Saved entries:
- - - -

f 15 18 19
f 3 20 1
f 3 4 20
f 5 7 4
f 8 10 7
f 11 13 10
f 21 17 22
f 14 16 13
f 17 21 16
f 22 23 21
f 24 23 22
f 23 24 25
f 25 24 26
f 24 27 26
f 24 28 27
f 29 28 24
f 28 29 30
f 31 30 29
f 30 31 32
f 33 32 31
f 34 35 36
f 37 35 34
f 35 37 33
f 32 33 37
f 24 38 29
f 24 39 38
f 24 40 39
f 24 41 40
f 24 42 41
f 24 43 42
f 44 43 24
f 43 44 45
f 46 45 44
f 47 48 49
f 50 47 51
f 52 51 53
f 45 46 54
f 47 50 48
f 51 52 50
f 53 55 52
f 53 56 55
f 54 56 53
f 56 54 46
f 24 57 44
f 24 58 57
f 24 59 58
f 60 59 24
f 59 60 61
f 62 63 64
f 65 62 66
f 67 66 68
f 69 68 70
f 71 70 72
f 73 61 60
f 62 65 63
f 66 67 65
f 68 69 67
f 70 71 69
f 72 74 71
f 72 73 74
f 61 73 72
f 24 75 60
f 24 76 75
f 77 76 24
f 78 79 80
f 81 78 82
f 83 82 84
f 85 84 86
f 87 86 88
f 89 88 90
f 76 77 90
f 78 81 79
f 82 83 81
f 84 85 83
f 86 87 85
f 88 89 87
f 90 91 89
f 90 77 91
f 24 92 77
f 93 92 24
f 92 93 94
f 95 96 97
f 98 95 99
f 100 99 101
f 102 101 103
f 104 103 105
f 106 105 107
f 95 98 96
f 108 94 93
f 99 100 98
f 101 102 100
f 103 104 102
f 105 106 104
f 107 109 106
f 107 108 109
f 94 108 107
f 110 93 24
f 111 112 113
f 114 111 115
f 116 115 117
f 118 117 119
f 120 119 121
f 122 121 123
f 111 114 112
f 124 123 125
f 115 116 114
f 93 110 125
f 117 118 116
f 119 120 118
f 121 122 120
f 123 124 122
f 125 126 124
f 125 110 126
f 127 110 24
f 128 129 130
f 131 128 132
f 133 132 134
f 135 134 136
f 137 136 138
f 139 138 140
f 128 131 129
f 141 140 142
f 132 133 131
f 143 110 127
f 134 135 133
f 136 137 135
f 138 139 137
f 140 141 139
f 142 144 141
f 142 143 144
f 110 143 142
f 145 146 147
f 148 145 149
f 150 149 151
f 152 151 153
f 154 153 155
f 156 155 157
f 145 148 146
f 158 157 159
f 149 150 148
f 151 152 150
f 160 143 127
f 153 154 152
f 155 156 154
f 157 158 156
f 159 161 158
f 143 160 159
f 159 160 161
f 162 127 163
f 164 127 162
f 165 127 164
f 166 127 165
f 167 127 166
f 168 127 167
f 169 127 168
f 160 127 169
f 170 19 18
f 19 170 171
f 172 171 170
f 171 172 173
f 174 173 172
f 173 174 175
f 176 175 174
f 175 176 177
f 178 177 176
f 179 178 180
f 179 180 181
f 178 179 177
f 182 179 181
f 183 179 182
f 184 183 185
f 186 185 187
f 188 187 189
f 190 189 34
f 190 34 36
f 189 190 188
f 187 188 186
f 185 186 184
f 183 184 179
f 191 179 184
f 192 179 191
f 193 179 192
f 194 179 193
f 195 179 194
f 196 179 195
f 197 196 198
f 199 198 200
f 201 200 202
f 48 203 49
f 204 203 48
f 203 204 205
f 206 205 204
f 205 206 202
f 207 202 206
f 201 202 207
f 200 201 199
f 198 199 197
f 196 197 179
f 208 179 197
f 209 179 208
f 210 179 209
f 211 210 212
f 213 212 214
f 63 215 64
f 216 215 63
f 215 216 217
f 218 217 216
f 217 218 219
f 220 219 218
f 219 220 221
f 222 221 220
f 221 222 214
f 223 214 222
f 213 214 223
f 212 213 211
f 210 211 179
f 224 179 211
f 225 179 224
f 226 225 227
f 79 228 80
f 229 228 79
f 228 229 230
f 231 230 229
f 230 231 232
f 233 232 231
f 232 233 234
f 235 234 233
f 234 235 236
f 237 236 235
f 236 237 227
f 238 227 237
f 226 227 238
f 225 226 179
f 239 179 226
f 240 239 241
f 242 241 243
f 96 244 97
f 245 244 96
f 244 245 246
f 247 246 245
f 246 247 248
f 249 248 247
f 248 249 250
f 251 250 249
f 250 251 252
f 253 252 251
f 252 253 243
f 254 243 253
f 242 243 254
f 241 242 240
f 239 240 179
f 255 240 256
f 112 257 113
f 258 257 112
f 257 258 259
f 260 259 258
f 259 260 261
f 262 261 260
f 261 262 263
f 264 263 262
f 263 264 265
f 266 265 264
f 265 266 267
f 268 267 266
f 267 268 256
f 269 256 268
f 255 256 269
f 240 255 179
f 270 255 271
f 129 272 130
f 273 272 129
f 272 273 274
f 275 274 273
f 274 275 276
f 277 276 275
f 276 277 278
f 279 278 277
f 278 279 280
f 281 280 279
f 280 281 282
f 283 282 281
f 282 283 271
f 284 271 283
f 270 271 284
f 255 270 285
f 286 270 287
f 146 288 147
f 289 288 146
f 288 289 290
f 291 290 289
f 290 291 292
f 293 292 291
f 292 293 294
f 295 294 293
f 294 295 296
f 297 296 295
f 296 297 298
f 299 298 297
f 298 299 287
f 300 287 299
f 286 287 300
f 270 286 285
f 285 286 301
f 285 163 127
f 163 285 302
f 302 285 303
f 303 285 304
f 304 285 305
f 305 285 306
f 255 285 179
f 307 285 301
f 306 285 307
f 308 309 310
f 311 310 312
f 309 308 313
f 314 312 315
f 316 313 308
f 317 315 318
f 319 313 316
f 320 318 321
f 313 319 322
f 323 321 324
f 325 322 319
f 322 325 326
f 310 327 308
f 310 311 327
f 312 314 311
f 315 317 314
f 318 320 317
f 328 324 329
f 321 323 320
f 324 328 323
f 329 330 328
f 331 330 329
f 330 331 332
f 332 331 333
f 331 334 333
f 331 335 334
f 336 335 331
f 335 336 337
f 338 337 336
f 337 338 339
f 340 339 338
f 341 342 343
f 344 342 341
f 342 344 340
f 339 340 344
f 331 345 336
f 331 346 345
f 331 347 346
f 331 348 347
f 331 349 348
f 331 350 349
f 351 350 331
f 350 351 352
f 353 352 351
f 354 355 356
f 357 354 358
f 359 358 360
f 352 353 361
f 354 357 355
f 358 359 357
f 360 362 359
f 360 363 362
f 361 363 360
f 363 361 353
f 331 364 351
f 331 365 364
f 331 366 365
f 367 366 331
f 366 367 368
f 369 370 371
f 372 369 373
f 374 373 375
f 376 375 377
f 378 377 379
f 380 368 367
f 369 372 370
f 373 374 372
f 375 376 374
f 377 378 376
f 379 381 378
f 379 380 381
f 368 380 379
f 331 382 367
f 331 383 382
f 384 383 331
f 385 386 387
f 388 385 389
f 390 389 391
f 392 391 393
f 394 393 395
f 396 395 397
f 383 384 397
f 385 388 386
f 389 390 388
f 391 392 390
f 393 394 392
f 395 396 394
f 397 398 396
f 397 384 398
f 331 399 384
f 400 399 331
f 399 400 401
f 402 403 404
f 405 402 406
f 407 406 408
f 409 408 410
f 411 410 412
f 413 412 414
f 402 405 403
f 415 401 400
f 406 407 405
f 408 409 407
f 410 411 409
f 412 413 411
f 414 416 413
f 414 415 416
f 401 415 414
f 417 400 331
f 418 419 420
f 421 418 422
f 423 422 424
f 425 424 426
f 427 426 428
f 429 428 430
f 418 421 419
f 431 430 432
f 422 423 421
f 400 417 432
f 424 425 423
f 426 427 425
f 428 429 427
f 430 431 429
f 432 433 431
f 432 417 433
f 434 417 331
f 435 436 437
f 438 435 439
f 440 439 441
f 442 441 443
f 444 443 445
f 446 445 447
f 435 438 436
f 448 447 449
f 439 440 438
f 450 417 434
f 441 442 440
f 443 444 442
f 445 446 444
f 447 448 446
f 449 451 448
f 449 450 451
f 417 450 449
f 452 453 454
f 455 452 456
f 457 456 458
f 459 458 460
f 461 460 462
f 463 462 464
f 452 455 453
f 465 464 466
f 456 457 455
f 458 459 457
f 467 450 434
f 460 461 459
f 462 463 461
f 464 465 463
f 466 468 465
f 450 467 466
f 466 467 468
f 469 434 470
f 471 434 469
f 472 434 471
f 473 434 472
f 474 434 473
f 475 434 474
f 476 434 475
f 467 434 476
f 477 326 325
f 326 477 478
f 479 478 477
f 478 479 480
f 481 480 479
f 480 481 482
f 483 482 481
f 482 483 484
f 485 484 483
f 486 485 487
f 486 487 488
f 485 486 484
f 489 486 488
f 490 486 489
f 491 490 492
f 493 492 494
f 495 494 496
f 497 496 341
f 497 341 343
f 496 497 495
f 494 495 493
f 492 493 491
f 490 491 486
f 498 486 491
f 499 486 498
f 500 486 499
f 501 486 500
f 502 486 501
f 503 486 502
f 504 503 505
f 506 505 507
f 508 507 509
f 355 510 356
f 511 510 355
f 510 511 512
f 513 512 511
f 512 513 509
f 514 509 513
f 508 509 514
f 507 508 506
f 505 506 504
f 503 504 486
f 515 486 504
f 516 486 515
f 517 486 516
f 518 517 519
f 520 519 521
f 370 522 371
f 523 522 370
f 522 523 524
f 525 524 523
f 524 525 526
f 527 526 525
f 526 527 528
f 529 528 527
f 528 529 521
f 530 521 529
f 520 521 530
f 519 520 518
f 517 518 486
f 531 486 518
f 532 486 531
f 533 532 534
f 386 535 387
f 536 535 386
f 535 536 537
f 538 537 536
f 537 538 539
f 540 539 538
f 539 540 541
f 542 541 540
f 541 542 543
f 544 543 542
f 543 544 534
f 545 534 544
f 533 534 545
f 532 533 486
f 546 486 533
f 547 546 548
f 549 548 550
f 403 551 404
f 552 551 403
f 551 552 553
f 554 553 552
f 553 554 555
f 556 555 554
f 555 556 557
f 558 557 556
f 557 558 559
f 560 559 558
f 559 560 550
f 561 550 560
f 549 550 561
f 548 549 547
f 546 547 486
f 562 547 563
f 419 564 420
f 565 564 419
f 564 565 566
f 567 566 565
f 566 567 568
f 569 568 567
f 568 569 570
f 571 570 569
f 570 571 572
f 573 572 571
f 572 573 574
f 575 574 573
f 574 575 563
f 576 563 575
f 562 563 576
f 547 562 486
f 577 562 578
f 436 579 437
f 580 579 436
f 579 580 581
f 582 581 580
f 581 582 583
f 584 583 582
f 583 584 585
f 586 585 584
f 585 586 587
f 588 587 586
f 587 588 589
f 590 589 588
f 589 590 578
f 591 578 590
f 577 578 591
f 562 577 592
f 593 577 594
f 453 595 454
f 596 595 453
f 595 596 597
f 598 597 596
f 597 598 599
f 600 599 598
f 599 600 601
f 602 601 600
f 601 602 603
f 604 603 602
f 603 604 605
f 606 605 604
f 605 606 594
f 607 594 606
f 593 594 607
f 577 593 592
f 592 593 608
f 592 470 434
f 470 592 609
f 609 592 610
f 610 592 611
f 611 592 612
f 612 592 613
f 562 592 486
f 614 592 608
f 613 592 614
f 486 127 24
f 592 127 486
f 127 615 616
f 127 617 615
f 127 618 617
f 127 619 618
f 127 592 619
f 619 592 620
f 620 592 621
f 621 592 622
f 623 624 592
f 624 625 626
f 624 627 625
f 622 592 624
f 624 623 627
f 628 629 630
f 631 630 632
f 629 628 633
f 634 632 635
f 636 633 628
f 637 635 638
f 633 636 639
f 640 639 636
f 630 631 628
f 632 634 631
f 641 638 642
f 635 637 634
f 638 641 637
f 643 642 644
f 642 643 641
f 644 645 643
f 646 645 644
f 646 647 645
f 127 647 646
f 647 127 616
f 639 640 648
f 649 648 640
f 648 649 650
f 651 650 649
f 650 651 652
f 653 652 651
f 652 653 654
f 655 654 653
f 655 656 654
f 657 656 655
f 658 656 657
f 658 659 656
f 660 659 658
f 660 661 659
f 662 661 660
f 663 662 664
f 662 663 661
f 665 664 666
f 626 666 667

- - - -

EXERCISE OBJECTIVE:
Look above for the line containing "f 554 553 552" and the line containing "f 605 606 594". Transcribe both, with the lines between them, exactly.

RESPONSE:
f 554 553 552
f 553 554 555
f 556 555 554
f 555 556 557
f 558 557 556
f 557 558 559
f 560 559 558
f 559 560 550
f 561 550 560
f 549 550 561
f 548 549 547
f 546 547 486
f 562 547 563
f 419 564 420
f 565 564 419
f 564 565 566
f 567 566 565
f 566 567 568
f 569 568 567
f 568 569 570
f 571 570 569
f 570 571 572
f 573 572 571
f 572 573 574
f 575 574 573
f 574 575 563
f 576 563 575
f 562 563 576
f 547 562 486
f 577 562 578
f 436 579 437
f 580 579 436
f 579 580 581
f 582 581 580
f 581 582 583
f 584 583 582
f 583 584 585
f 586 585 584
f 585 586 587
f 588 587 586
f 587 588 589
f 590 589 588
f 589 590 578
f 591 578 590
f 577 578 591
f 562 577 592
f 593 577 594
f 453 595 454
f 596 595 453
f 595 596 597
f 598 597 596
f 597 598 599
f 600 599 598
f 599 600 601
f 602 601 600
f 601 602 603
f 604 603 602
f 603 604 605
f 606 605 604
f 605 606 594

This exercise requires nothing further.